* _Work order_
Take the listing below and print exactly the lines starting at the line containing "# F6 (on face) → F7 (cut, through all)" and ending at the line containing "extrude(amount=-F9_DEPTH, mode=Mode.SUBTRACT)", both ends included, and no others.

━━ Extracted data

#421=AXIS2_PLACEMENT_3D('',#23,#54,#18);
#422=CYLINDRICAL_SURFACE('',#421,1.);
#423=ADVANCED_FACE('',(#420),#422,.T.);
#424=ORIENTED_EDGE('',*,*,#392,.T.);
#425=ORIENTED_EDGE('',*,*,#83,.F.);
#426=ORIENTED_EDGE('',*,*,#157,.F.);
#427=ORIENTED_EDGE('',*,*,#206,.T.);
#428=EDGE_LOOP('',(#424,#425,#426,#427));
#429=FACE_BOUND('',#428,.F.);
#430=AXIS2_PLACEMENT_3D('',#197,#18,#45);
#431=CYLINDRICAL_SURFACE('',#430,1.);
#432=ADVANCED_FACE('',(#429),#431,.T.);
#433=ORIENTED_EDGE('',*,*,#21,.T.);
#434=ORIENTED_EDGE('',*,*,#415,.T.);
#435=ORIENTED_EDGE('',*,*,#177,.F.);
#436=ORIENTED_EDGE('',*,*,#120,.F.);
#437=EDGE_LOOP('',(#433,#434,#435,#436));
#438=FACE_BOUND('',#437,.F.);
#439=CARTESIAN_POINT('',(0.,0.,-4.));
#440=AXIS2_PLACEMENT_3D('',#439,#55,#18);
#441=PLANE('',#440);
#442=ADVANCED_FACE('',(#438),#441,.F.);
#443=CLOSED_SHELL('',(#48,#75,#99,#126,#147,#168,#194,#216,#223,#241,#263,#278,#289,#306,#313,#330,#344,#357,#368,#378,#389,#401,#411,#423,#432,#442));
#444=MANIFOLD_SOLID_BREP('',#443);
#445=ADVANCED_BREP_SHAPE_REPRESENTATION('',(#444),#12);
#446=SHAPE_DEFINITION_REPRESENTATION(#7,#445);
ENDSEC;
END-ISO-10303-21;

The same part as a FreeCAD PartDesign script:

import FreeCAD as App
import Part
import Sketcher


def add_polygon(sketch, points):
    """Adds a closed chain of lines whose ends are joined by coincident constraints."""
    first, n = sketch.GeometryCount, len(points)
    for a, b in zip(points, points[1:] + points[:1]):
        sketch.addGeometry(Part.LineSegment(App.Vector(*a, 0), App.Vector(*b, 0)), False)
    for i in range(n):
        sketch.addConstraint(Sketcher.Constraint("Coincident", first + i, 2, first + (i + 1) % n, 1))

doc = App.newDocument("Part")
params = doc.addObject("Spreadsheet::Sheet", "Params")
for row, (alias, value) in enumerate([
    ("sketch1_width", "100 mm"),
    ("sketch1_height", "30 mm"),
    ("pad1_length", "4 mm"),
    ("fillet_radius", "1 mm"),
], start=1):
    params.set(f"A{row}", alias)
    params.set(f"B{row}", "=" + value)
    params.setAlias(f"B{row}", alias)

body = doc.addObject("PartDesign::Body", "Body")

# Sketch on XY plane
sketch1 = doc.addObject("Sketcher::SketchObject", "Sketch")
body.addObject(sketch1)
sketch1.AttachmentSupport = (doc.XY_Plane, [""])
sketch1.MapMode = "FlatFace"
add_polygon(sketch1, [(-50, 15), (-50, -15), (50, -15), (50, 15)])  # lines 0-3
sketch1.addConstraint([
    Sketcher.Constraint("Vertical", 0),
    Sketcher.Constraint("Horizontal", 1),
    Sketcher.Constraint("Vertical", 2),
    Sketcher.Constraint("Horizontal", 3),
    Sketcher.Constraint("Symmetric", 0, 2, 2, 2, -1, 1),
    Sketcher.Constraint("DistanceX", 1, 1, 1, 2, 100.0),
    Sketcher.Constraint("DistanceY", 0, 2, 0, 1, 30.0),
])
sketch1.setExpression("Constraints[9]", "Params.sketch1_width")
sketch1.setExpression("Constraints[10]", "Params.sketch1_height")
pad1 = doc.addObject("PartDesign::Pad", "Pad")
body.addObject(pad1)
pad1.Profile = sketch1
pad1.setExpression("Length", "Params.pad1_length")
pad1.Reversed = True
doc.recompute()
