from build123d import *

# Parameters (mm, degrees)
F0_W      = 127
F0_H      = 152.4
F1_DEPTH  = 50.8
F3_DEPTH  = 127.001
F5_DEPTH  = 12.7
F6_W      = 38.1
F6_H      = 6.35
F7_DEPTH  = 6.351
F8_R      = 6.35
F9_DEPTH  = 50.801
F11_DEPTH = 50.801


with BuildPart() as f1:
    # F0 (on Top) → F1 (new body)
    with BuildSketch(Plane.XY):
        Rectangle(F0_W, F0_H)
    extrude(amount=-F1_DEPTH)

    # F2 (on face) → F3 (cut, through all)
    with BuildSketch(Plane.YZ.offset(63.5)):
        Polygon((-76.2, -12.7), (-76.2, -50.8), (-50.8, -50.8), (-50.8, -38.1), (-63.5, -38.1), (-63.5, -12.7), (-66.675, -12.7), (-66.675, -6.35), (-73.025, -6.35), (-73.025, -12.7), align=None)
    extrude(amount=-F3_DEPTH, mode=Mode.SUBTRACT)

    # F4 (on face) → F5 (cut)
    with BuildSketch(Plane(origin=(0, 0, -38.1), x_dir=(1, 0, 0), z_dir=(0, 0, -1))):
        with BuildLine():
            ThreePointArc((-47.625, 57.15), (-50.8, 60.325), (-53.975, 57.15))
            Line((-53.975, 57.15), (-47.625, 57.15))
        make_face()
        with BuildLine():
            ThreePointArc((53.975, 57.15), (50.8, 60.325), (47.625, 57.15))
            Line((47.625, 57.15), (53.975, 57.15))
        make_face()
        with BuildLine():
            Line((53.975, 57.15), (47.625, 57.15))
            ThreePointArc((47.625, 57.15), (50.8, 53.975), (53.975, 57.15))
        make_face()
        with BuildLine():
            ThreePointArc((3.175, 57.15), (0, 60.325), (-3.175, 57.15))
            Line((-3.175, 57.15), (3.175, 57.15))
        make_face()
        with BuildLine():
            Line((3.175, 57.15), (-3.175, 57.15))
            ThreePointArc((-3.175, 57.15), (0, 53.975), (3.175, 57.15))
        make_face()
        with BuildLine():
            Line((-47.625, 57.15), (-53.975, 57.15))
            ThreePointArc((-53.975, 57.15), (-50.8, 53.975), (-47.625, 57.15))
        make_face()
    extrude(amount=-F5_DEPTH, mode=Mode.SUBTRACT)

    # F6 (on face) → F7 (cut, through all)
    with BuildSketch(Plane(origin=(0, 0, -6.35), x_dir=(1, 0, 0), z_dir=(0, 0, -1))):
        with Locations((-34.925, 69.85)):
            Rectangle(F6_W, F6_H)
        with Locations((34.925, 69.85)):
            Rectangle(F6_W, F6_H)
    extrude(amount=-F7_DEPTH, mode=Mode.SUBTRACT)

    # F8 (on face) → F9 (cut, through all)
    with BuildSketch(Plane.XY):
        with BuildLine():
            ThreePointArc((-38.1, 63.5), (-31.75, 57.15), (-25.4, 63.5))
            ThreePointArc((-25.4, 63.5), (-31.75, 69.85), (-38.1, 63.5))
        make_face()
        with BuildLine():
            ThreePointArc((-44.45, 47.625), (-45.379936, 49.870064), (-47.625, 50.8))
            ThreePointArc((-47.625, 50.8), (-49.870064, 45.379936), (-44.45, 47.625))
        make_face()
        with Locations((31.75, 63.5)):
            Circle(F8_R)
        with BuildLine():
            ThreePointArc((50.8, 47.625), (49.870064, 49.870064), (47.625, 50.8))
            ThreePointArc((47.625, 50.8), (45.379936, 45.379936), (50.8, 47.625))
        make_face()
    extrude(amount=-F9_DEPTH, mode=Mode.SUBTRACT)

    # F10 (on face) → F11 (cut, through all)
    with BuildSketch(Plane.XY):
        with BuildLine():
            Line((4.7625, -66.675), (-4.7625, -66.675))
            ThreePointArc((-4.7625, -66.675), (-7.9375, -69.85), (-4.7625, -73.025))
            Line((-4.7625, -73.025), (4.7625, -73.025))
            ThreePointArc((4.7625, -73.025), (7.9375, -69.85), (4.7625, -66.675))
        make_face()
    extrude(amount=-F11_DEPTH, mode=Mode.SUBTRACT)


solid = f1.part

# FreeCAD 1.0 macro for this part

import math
import FreeCAD as App
import Part
import Sketcher
Q = App.Units.Quantity


def add_polygon(sketch, points):
    """Adds a closed chain of lines whose ends are joined by coincident constraints."""
    first, n = sketch.GeometryCount, len(points)
    for a, b in zip(points, points[1:] + points[:1]):
        sketch.addGeometry(Part.LineSegment(App.Vector(*a, 0), App.Vector(*b, 0)), False)
    for i in range(n):
        sketch.addConstraint(Sketcher.Constraint("Coincident", first + i, 2, first + (i + 1) % n, 1))

doc = App.newDocument("Part")
body = doc.addObject("PartDesign::Body", "Body")

sketch1 = doc.addObject("Sketcher::SketchObject", "Sketch")
body.addObject(sketch1)
sketch1.AttachmentSupport = (doc.XY_Plane, [""])
sketch1.MapMode = "FlatFace"
add_polygon(sketch1, [(-63.5, 76.2), (-63.5, -76.2), (63.5, -76.2), (63.5, 76.2)])
sketch1.addConstraint([
    Sketcher.Constraint("Vertical", 0),
    Sketcher.Constraint("Horizontal", 1),
    Sketcher.Constraint("Vertical", 2),
    Sketcher.Constraint("Horizontal", 3),
    Sketcher.Constraint("Symmetric", 0, 2, 2, 2, -1, 1),
    Sketcher.Constraint("DistanceX", 1, 1, 1, 2, Q("5 in")),
    Sketcher.Constraint("DistanceY", 0, 2, 0, 1, Q("6 in")),
])
pad1 = doc.addObject("PartDesign::Pad", "Pad")
body.addObject(pad1)
pad1.Profile = sketch1
pad1.Length = Q("2 in")
pad1.Reversed = True

sketch2 = doc.addObject("Sketcher::SketchObject", "Sketch001")
body.addObject(sketch2)
sketch2.AttachmentSupport = (doc.YZ_Plane, [""])
sketch2.MapMode = "FlatFace"
sketch2.AttachmentOffset = App.Placement(App.Vector(0, 0, 2.5 * 25.4), App.Rotation())
add_polygon(sketch2, [(-76.2, -12.7), (-76.2, -50.8), (-50.8, -50.8), (-50.8, -38.1), (-63.5, -38.1), (-63.5, -12.7), (-66.675, -12.7), (-66.675, -6.35), (-73.025, -6.35), (-73.025, -12.7)])
sketch2.addConstraint([
    Sketcher.Constraint("Vertical", 0),
    Sketcher.Constraint("Horizontal", 1),
    Sketcher.Constraint("Vertical", 2),
    Sketcher.Constraint("Horizontal", 3),
    Sketcher.Constraint("Vertical", 4),
    Sketcher.Constraint("Horizontal", 5),
    Sketcher.Constraint("Vertical", 6),
    Sketcher.Constraint("Horizontal", 7),
    Sketcher.Constraint("Vertical", 8),
    Sketcher.Constraint("Horizontal", 9),
    Sketcher.Constraint("Horizontal", 5, 2, 8, 2),
    Sketcher.Constraint("Equal", 5, 9),
    Sketcher.Constraint("Equal", 3, 2),
    Sketcher.Constraint("Equal", 1, 4),
    Sketcher.Constraint("Equal", 7, 6),
    Sketcher.Constraint("DistanceX", 1, 1, 1, 2, Q("1 in")),
    Sketcher.Constraint("DistanceX", 3, 2, 3, 1, Q("0.5 in")),
    Sketcher.Constraint("DistanceX", 0, 2, -1, 1, Q("3 in")),
    Sketcher.Constraint("DistanceY", 0, 2, -1, 1, Q("2 in")),
    Sketcher.Constraint("DistanceX", 7, 2, 7, 1, Q("0.25 in")),
])
pocket1 = doc.addObject("PartDesign::Pocket", "Pocket")
body.addObject(pocket1)
pocket1.Profile = sketch2
pocket1.Type = "ThroughAll"

sketch3 = doc.addObject("Sketcher::SketchObject", "Sketch002")
body.addObject(sketch3)
sketch3.AttachmentSupport = (doc.XY_Plane, [""])
sketch3.MapMode = "FlatFace"
sketch3.AttachmentOffset = App.Placement(App.Vector(0, 0, -1.5 * 25.4), App.Rotation())
sketch3.addGeometry([
    Part.Circle(App.Vector(-50.8, -57.15, 0), App.Vector(0, 0, 1), 3.175),
    Part.Circle(App.Vector(50.8, -57.15, 0), App.Vector(0, 0, 1), 3.175),
    Part.Circle(App.Vector(0, -57.15, 0), App.Vector(0, 0, 1), 3.175),
], False)
sketch3.addConstraint([
    Sketcher.Constraint("Equal", 0, 1),
    Sketcher.Constraint("Equal", 1, 2),
    Sketcher.Constraint("Symmetric", 0, 3, 1, 3, -2),
    Sketcher.Constraint("PointOnObject", 2, 3, -2),
    Sketcher.Constraint("Horizontal", 1, 3, 2, 3),
    Sketcher.Constraint("Diameter", 0, Q("0.25 in")),
    Sketcher.Constraint("DistanceX", 0, 3, -1, 1, Q("2 in")),
    Sketcher.Constraint("DistanceY", 0, 3, -1, 1, Q("2.25 in")),
])
pocket2 = doc.addObject("PartDesign::Pocket", "Pocket001")
body.addObject(pocket2)
pocket2.Profile = sketch3
pocket2.Length = Q("0.5 in")
pocket2.Reversed = True

sketch4 = doc.addObject("Sketcher::SketchObject", "Sketch003")
body.addObject(sketch4)
sketch4.AttachmentSupport = (doc.XY_Plane, [""])
sketch4.MapMode = "FlatFace"
sketch4.AttachmentOffset = App.Placement(App.Vector(0, 0, -0.25 * 25.4), App.Rotation())
add_polygon(sketch4, [(-53.975, -73.025), (-53.975, -66.675), (-15.875, -66.675), (-15.875, -73.025)])
add_polygon(sketch4, [(15.875, -73.025), (15.875, -66.675), (53.975, -66.675), (53.975, -73.025)])
sketch4.addConstraint([
    Sketcher.Constraint("Vertical", 0),
    Sketcher.Constraint("Horizontal", 1),
    Sketcher.Constraint("Vertical", 2),
    Sketcher.Constraint("Horizontal", 3),
    Sketcher.Constraint("Vertical", 4),
    Sketcher.Constraint("Horizontal", 5),
    Sketcher.Constraint("Vertical", 6),
    Sketcher.Constraint("Horizontal", 7),
    Sketcher.Constraint("Symmetric", 1, 2, 4, 2, -2),
    Sketcher.Constraint("Symmetric", 3, 2, 6, 2, -2),
    Sketcher.Constraint("DistanceX", 1, 1, 1, 2, Q("1.5 in")),
    Sketcher.Constraint("DistanceY", 0, 1, 0, 2, Q("0.25 in")),
    Sketcher.Constraint("DistanceX", 1, 2, 4, 2, Q("1.25 in")),
    Sketcher.Constraint("DistanceY", 0, 2, -1, 1, Q("2.625 in")),
])
pocket3 = doc.addObject("PartDesign::Pocket", "Pocket002")
body.addObject(pocket3)
pocket3.Profile = sketch4
pocket3.Type = "ThroughAll"
pocket3.Reversed = True

sketch5 = doc.addObject("Sketcher::SketchObject", "Sketch004")
body.addObject(sketch5)
sketch5.AttachmentSupport = (doc.XY_Plane, [""])
sketch5.MapMode = "FlatFace"
sketch5.addGeometry([
    Part.Circle(App.Vector(-31.75, 63.5, 0), App.Vector(0, 0, 1), 6.35),
    Part.ArcOfCircle(Part.Circle(App.Vector(-47.625, 47.625, 0), App.Vector(0, 0, 1), 3.175), math.radians(0.000002), math.radians(89.999998)),
    Part.ArcOfCircle(Part.Circle(App.Vector(-47.625, 47.625, 0), App.Vector(0, 0, 1), 3.175), math.radians(90), math.radians(360)),
    Part.Circle(App.Vector(31.75, 63.5, 0), App.Vector(0, 0, 1), 6.35),
    Part.ArcOfCircle(Part.Circle(App.Vector(47.625, 47.625, 0), App.Vector(0, 0, 1), 3.175), math.radians(0.000002), math.radians(89.999998)),
    Part.ArcOfCircle(Part.Circle(App.Vector(47.625, 47.625, 0), App.Vector(0, 0, 1), 3.175), math.radians(90), math.radians(360)),
], False)
sketch5.addConstraint([
    Sketcher.Constraint("Tangent", 1, 1, 2, 2),
    Sketcher.Constraint("Coincident", 2, 1, 1, 2),
    Sketcher.Constraint("Tangent", 4, 1, 5, 2),
    Sketcher.Constraint("Coincident", 5, 1, 4, 2),
    Sketcher.Constraint("Equal", 0, 3),
    Sketcher.Constraint("Equal", 2, 4),
    Sketcher.Constraint("Symmetric", 0, 3, 3, 3, -2),
    Sketcher.Constraint("Symmetric", 1, 3, 4, 3, -2),
    Sketcher.Constraint("Horizontal", 5, 3, 1, 1),
    Sketcher.Constraint("Horizontal", 1, 1, 4, 1),
    Sketcher.Constraint("Vertical", 1, 3, 2, 1),
    Sketcher.Constraint("Vertical", 4, 3, 5, 1),
    Sketcher.Constraint("Diameter", 0, Q("0.5 in")),
    Sketcher.Constraint("DistanceY", -1, 1, 2, 1, Q("2 in")),
    Sketcher.Constraint("DistanceX", -1, 1, 4, 1, Q("2 in")),
    Sketcher.Constraint("Radius", 1, Q("0.125 in")),
    Sketcher.Constraint("DistanceX", 1, 1, 3, 3, Q("3 in")),
    Sketcher.Constraint("DistanceY", -1, 1, 0, 3, Q("2.5 in")),
])
pocket4 = doc.addObject("PartDesign::Pocket", "Pocket003")
body.addObject(pocket4)
pocket4.Profile = sketch5
pocket4.Type = "ThroughAll"

sketch6 = doc.addObject("Sketcher::SketchObject", "Sketch005")
body.addObject(sketch6)
sketch6.AttachmentSupport = (doc.XY_Plane, [""])
sketch6.MapMode = "FlatFace"
sketch6.addGeometry([
    Part.LineSegment(App.Vector(4.7625, -66.675, 0), App.Vector(-4.7625, -66.675, 0)),
    Part.ArcOfCircle(Part.Circle(App.Vector(-4.7625, -69.85, 0), App.Vector(0, 0, 1), 3.175), math.radians(90), math.radians(270)),
    Part.LineSegment(App.Vector(-4.7625, -73.025, 0), App.Vector(4.7625, -73.025, 0)),
    Part.ArcOfCircle(Part.Circle(App.Vector(4.7625, -69.85, 0), App.Vector(0, 0, 1), 3.175), math.radians(-90), math.radians(90)),
], False)
sketch6.addConstraint([
    Sketcher.Constraint("Tangent", 0, 2, 1, 1),
    Sketcher.Constraint("Tangent", 1, 2, 2, 1),
    Sketcher.Constraint("Tangent", 2, 2, 3, 1),
    Sketcher.Constraint("Tangent", 3, 2, 0, 1),
    Sketcher.Constraint("Horizontal", 0),
    Sketcher.Constraint("Horizontal", 2),
    Sketcher.Constraint("Radius", 1, Q("0.125 in")),
    Sketcher.Constraint("DistanceX", 0, 2, 0, 1, Q("0.375 in")),
    Sketcher.Constraint("DistanceY", 1, 3, -1, 1, Q("2.75 in")),
    Sketcher.Constraint("DistanceX", 1, 3, -1, 1, Q("0.1875 in")),
])
pocket5 = doc.addObject("PartDesign::Pocket", "Pocket004")
body.addObject(pocket5)
pocket5.Profile = sketch6
pocket5.Type = "ThroughAll"

doc.recompute()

━━━━

* _Expected answer_
    # F6 (on face) → F7 (cut, through all)
    with BuildSketch(Plane(origin=(0, 0, -6.35), x_dir=(1, 0, 0), z_dir=(0, 0, -1))):
        with Locations((-34.925, 69.85)):
            Rectangle(F6_W, F6_H)
        with Locations((34.925, 69.85)):
            Rectangle(F6_W, F6_H)
    extrude(amount=-F7_DEPTH, mode=Mode.SUBTRACT)

    # F8 (on face) → F9 (cut, through all)
    with BuildSketch(Plane.XY):
        with BuildLine():
            ThreePointArc((-38.1, 63.5), (-31.75, 57.15), (-25.4, 63.5))
            ThreePointArc((-25.4, 63.5), (-31.75, 69.85), (-38.1, 63.5))
        make_face()
        with BuildLine():
            ThreePointArc((-44.45, 47.625), (-45.379936, 49.870064), (-47.625, 50.8))
            ThreePointArc((-47.625, 50.8), (-49.870064, 45.379936), (-44.45, 47.625))
        make_face()
        with Locations((31.75, 63.5)):
            Circle(F8_R)
        with BuildLine():
            ThreePointArc((50.8, 47.625), (49.870064, 49.870064), (47.625, 50.8))
            ThreePointArc((47.625, 50.8), (45.379936, 45.379936), (50.8, 47.625))
        make_face()
    extrude(amount=-F9_DEPTH, mode=Mode.SUBTRACT)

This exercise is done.